Mentioned this to Pyro already, but a friend of mine's Hard ending level was L99. Make of that what you will.
For offensive item-use characters with a giant interp split on what they can use (Salve-Maker?), I suspect that I'd be happy with just leaving them out of the damage average entirely, and then never nominating them. For money throwers, I suspect I'll have to play through the game to tell. The key issue for me isn't amount of money thrown vs. money gotten per battle, but rather how much money is worth for other things at end-game and how much there is.
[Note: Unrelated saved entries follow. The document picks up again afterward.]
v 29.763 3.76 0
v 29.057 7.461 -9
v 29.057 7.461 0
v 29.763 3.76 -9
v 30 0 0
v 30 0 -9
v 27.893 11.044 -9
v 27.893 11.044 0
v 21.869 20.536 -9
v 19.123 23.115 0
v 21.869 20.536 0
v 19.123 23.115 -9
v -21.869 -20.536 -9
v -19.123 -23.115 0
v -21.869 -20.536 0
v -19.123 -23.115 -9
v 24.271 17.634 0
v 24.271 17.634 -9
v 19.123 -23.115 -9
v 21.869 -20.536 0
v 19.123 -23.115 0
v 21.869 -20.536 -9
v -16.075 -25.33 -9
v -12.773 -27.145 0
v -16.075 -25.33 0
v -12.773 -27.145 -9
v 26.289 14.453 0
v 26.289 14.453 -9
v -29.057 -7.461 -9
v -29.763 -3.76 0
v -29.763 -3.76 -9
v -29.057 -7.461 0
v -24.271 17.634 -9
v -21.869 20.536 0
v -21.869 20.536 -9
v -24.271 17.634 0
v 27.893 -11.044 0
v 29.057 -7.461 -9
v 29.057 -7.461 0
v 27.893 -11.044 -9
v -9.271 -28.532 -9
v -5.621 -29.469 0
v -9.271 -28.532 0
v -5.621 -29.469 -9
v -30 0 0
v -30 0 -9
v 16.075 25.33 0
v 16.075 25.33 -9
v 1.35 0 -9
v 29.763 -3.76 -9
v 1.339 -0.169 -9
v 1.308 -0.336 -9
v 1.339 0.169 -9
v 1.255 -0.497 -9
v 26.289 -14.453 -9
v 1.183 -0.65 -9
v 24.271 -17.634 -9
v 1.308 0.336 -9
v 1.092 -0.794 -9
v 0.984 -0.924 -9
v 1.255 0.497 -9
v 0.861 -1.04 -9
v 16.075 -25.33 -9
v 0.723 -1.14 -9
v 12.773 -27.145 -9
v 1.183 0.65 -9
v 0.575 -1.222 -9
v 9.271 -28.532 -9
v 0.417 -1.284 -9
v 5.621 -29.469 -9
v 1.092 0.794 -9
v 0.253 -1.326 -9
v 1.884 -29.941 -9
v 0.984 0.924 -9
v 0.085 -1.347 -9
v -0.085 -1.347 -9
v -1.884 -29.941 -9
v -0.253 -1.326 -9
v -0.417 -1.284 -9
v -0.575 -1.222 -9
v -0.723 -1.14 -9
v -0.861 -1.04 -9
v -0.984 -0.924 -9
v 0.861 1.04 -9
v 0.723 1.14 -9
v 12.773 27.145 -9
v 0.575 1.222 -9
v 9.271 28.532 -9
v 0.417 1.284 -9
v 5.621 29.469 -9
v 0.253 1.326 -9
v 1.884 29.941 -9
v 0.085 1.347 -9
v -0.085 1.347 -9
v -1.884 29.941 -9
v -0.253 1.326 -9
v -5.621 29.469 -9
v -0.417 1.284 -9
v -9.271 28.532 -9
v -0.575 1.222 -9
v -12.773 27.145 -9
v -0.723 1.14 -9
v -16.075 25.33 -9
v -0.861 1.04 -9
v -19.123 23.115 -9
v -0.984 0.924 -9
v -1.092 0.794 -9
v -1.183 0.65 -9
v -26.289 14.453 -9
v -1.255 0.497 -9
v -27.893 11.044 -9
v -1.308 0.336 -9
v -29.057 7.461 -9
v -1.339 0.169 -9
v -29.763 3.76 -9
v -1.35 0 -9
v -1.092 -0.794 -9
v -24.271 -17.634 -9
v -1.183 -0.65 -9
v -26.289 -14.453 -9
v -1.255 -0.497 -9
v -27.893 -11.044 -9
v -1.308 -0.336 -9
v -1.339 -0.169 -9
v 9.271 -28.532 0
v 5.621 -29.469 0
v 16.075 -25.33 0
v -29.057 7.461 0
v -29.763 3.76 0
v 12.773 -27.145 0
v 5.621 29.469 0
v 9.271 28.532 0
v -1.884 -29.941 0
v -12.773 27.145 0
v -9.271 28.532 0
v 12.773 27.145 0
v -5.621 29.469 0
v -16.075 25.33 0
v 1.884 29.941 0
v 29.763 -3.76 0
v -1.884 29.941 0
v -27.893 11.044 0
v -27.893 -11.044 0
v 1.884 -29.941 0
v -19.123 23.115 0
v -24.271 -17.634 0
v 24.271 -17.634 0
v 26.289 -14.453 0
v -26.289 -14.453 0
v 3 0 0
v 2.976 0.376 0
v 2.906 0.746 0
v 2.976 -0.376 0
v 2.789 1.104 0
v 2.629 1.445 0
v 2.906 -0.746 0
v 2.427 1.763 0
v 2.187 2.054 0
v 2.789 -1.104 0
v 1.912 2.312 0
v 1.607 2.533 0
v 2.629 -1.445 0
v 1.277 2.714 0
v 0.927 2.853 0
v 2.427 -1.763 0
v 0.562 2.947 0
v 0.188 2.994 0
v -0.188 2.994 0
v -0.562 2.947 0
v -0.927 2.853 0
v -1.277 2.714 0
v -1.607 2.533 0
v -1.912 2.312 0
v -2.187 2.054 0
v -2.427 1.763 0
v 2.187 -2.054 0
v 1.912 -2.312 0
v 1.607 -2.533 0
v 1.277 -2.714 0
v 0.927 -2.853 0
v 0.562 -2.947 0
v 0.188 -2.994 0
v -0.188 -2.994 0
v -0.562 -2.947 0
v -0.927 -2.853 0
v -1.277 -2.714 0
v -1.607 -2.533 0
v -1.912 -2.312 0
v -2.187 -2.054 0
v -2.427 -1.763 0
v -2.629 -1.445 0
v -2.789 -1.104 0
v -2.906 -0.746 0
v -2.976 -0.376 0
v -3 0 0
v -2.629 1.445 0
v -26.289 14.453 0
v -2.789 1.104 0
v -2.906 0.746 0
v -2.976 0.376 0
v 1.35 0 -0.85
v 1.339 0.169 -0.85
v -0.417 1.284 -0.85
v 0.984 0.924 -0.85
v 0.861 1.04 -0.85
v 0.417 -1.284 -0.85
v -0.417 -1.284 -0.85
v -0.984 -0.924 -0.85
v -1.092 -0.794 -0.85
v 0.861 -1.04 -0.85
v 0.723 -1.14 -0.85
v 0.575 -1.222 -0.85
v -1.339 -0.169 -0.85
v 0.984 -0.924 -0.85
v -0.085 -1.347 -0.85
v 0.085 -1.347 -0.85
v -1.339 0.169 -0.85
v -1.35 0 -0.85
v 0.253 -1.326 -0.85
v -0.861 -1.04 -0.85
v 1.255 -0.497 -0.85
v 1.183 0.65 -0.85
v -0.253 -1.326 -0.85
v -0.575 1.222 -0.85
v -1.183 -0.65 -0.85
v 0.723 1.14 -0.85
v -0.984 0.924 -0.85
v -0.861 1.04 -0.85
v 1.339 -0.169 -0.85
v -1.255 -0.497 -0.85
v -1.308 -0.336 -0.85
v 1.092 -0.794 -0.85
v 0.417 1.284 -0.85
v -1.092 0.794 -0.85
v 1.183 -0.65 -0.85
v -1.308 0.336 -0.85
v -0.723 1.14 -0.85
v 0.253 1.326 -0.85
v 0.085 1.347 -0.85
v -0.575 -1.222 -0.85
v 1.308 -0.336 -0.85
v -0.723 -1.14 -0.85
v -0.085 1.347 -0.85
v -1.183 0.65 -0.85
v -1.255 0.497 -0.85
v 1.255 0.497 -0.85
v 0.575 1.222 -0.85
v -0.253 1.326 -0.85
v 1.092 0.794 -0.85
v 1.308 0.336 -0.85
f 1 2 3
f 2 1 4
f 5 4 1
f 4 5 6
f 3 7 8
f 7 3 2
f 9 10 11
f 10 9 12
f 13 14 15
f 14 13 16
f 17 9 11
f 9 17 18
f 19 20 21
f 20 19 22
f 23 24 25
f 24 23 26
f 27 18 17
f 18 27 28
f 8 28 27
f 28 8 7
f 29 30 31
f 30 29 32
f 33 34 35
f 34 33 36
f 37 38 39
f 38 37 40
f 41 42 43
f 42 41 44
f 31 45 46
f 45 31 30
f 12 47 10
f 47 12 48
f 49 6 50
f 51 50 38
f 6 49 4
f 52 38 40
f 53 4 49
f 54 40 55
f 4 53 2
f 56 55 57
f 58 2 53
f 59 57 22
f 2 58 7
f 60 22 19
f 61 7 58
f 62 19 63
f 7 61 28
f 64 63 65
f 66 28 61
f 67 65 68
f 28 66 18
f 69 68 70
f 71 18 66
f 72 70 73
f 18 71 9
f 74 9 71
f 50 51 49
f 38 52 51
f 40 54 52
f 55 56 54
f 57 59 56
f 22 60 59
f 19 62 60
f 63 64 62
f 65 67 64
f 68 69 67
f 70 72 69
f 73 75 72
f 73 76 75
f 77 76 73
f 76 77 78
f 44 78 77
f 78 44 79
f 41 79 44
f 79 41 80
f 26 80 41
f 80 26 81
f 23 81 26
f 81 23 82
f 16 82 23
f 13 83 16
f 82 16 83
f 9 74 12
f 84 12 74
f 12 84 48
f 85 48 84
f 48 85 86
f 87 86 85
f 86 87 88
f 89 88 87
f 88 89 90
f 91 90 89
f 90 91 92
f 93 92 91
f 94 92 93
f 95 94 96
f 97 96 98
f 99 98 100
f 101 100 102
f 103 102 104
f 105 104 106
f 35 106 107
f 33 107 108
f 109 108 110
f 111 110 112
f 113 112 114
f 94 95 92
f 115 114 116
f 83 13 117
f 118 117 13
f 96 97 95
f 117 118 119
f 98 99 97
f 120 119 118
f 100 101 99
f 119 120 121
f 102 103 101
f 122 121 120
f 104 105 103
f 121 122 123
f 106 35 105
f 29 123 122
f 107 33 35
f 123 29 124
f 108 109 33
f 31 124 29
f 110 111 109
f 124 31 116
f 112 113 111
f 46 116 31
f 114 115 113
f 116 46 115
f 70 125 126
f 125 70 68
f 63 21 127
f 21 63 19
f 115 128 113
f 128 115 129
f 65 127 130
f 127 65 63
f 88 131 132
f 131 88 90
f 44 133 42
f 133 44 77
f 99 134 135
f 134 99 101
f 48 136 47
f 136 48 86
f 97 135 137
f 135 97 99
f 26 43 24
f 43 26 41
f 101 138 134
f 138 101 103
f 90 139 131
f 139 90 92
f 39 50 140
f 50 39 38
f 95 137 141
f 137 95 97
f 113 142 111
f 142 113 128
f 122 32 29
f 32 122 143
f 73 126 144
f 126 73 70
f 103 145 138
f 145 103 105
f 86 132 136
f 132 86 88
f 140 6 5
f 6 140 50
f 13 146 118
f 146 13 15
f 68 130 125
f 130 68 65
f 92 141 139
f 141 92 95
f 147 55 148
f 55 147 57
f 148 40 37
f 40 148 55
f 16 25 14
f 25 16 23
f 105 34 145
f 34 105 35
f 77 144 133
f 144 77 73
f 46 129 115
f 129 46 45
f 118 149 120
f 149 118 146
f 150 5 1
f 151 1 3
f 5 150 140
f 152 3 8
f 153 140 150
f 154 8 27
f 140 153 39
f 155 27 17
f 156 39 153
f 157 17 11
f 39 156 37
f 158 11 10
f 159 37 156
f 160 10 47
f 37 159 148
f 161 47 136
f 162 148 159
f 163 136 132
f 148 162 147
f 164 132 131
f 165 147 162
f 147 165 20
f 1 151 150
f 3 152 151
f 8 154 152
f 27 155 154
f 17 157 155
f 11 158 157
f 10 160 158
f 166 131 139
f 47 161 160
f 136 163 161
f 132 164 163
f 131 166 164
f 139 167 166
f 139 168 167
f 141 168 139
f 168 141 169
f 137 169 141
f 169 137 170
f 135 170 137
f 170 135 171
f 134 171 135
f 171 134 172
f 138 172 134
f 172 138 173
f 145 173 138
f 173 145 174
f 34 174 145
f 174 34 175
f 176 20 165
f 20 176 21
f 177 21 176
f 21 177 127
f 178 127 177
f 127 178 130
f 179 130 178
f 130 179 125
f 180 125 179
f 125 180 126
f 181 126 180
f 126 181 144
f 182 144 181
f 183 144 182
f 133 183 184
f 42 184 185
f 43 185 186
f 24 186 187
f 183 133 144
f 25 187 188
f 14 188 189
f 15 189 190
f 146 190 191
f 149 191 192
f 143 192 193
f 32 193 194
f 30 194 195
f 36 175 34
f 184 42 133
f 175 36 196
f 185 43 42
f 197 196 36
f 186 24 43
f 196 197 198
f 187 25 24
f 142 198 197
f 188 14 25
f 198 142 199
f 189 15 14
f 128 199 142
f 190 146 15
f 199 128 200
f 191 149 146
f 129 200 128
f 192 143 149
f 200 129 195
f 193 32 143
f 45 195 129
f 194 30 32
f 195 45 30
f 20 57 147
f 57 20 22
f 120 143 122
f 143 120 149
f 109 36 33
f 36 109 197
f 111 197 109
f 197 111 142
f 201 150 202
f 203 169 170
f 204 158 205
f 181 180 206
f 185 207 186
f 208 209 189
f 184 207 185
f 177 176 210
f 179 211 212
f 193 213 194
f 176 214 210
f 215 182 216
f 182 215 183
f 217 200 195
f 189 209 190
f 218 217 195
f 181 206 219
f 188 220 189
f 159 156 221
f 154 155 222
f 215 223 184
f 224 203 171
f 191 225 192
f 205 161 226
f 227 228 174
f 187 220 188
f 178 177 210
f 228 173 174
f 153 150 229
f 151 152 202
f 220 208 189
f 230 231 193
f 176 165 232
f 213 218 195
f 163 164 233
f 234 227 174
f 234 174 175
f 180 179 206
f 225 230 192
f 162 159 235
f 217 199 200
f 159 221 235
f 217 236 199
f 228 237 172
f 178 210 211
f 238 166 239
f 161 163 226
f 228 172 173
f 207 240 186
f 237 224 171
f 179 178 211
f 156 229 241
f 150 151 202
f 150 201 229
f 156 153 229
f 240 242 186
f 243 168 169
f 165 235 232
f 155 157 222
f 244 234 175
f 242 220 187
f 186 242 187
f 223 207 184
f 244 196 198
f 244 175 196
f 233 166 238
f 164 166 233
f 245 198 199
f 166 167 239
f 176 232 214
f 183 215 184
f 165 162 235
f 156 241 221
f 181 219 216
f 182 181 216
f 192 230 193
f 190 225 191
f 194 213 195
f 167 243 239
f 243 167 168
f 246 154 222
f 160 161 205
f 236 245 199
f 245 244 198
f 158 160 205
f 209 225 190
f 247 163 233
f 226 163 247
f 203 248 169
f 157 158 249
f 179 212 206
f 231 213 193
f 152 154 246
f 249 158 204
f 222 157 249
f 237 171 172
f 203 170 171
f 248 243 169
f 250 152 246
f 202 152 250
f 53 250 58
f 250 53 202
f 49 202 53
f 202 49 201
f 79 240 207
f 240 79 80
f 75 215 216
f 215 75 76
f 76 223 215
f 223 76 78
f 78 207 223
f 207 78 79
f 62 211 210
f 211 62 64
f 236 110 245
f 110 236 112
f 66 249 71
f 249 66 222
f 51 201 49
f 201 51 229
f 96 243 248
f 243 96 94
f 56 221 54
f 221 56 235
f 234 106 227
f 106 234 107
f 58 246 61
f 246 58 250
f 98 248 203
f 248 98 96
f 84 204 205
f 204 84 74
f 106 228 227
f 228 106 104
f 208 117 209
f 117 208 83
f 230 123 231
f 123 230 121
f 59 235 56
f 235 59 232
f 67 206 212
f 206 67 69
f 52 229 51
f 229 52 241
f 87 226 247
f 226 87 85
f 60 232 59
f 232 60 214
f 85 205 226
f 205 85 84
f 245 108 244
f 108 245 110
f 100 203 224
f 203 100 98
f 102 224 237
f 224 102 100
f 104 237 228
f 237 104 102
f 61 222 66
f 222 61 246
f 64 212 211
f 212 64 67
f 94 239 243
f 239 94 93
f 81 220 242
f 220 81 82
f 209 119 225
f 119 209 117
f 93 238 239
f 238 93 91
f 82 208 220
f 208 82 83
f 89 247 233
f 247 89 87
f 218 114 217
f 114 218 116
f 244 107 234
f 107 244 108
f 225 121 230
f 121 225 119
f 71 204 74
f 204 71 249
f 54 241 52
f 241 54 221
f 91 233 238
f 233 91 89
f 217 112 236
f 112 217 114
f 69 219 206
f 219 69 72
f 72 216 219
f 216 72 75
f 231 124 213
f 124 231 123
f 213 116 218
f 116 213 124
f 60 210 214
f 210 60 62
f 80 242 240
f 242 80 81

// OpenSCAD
$fn = 50;


difference() {
	union() {
		translate(v = [0, 0, -9.0000000000]) {
			cylinder(h = 9, r = 30.0000000000);
		}
		translate(v = [0, 0, -9.0000000000]) {
			cylinder(h = 9, r = 2.8750000000);
		}
	}
	union() {
		translate(v = [0, 0, 0]) {
			rotate(a = [0, 0, 0]) {
				difference() {
					union() {
						translate(v = [0, 0, -9.0000000000]) {
							cylinder(h = 9, r = 1.0000000000);
						}
						translate(v = [0, 0, -0.8500000000]) {
							cylinder(h = 0.8500000000, r1 = 1.3500000000, r2 = 3.0000000000);
						}
						translate(v = [0, 0, -9.0000000000]) {
							cylinder(h = 9, r = 1.3500000000);
						}
						translate(v = [0, 0, -9.0000000000]) {
							cylinder(h = 9, r = 1.0000000000);
						}
					}
					union();
				}
			}
		}
	}
}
If there's plenty of important stuff to buy until the final dungeon and you're generally cash-strapped, I don't particularly care that this eases up at the end, it isn't generally a viable move and the very endgame shouldn't be over-emphasized; if gold is plentiful and Not A Big Deal, then go nuts.
For allowable equipment, I'll have to get to the endgame to comment, but in general I suspect I'd be in favor of being pretty lenient with "uniqueness" for guaranteed treasure chest items but harsh on monster drops. I definitely reserve the right to change my mind, especially on power level concerns.
I implied this earlier, but I'd allow Default, and would certainly let the damage-reduction effect apply. I might apply a *light* defensive penalty to the entire cast if I'm feeling particularly fair (at absolute worst, it's +16% damage, but since Default -> 2x -> 4x attack isn't even that common a strat, it should probably be even lighter, maybe +5% damage), but this thing is minor enough that I'm fine with having it be a cast quirk. Basically there are three reasons to ban default: uniqueness, power level, and general DL philosophy. To ramble some:
1) Uniqueness - The fact that some classes have a functionally different Default command with bonuses dampens the uniqueness argument, and I in general don't care too much for this interp myself anyway; I usually allow cast-wide commands. This complaint is fair enough, though.
2) Power level, see Pyro's notes, it's actually not THAT big a deal. It matters in a straight slugfest only when psuedo-3HKOing, and only has a noticeable effect when psuedo-4HKOing or 5HKOing; if the BD job is giving the other side that much time, there's all sorts of nasty things that can happen (buffs, debuffs, low % status), and if the other side can't do 'em, they may well deserve to lose. Note that surgeable damage also tends to get around Default in a slugfest pretty well - do the one-shot of big damage on the non-Default turn. Default matters most for healers who can do the Default -> Heal + attack strat which basically requires the other side to do 67% durability damage to effectively 2HKO them; but healers tend to have weak damage, so they're even more affected by the high damage average. It won't be uncommon that healers have a psuedo-5-10HKO in the DL, so that's handing a LOT of time for criticals, charge-up moves, buffing, low % status, the works.
3) General DL philosophy, eh, not something I share, so I can't really talk about this, but I respect that some people just don't allow this to work! There's obviously some degenerate strategies that involve "guard" type moves depending on how you see DL matches proceeding sometimes, but I just don't consider them, problem solved. Certainly when uniqueness isn't the issue, there's all sorts of "charge up with damage reduction for big damage later" moves in the DL, and I presume most people let, say, Pokemon Fly's damage-nulling vs. non-Sky Uppercut type stuff work, so the idea of defensive buffs isn't something inherently bad for the DL, and this isn't even nulling.